[Work request]: Which of the lines below hold "Locations"? Please return each one.

The records START

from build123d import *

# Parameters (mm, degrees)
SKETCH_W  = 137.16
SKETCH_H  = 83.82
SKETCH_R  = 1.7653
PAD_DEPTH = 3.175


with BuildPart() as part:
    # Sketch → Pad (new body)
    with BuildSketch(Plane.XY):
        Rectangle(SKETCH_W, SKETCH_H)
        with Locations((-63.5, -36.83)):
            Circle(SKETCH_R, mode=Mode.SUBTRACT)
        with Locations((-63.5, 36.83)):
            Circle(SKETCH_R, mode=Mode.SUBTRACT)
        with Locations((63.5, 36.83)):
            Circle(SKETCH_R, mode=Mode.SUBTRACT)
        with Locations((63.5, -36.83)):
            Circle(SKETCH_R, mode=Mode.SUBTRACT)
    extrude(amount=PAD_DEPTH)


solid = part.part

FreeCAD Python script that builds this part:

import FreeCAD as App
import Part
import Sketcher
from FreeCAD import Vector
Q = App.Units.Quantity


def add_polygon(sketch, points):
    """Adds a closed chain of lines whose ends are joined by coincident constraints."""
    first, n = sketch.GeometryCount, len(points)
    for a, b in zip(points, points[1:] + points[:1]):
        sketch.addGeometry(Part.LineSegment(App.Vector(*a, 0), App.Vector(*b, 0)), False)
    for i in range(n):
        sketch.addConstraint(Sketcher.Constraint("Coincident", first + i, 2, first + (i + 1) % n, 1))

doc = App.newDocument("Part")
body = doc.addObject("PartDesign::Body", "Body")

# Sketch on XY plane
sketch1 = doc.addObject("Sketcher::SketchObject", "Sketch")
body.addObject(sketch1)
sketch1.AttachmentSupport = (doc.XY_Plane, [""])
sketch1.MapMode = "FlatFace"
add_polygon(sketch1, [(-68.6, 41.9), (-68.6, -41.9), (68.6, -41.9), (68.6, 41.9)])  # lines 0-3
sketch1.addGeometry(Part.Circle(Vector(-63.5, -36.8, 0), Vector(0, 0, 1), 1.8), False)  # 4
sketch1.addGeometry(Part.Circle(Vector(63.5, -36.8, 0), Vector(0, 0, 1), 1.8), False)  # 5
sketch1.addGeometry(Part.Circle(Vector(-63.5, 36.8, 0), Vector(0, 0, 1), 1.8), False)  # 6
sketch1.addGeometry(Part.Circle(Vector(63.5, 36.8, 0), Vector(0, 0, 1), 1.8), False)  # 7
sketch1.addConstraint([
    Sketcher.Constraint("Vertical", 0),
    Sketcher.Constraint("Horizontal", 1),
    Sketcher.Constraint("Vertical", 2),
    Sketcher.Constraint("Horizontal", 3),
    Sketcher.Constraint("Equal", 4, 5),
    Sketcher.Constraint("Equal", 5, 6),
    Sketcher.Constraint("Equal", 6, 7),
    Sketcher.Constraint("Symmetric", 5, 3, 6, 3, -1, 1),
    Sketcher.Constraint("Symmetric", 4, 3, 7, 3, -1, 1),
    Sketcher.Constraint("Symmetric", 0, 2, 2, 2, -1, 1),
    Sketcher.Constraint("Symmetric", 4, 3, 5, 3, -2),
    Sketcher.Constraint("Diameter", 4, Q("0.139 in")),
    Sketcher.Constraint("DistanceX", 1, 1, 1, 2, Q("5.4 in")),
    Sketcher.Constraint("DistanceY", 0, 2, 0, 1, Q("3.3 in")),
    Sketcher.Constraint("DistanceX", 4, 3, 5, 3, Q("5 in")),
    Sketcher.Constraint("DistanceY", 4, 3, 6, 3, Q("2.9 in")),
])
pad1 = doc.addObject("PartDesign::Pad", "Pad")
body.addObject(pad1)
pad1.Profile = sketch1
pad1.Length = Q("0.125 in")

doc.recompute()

The records END

[Task output]:
        with Locations((-63.5, -36.83)):
        with Locations((-63.5, 36.83)):
        with Locations((63.5, 36.83)):
        with Locations((63.5, -36.83)):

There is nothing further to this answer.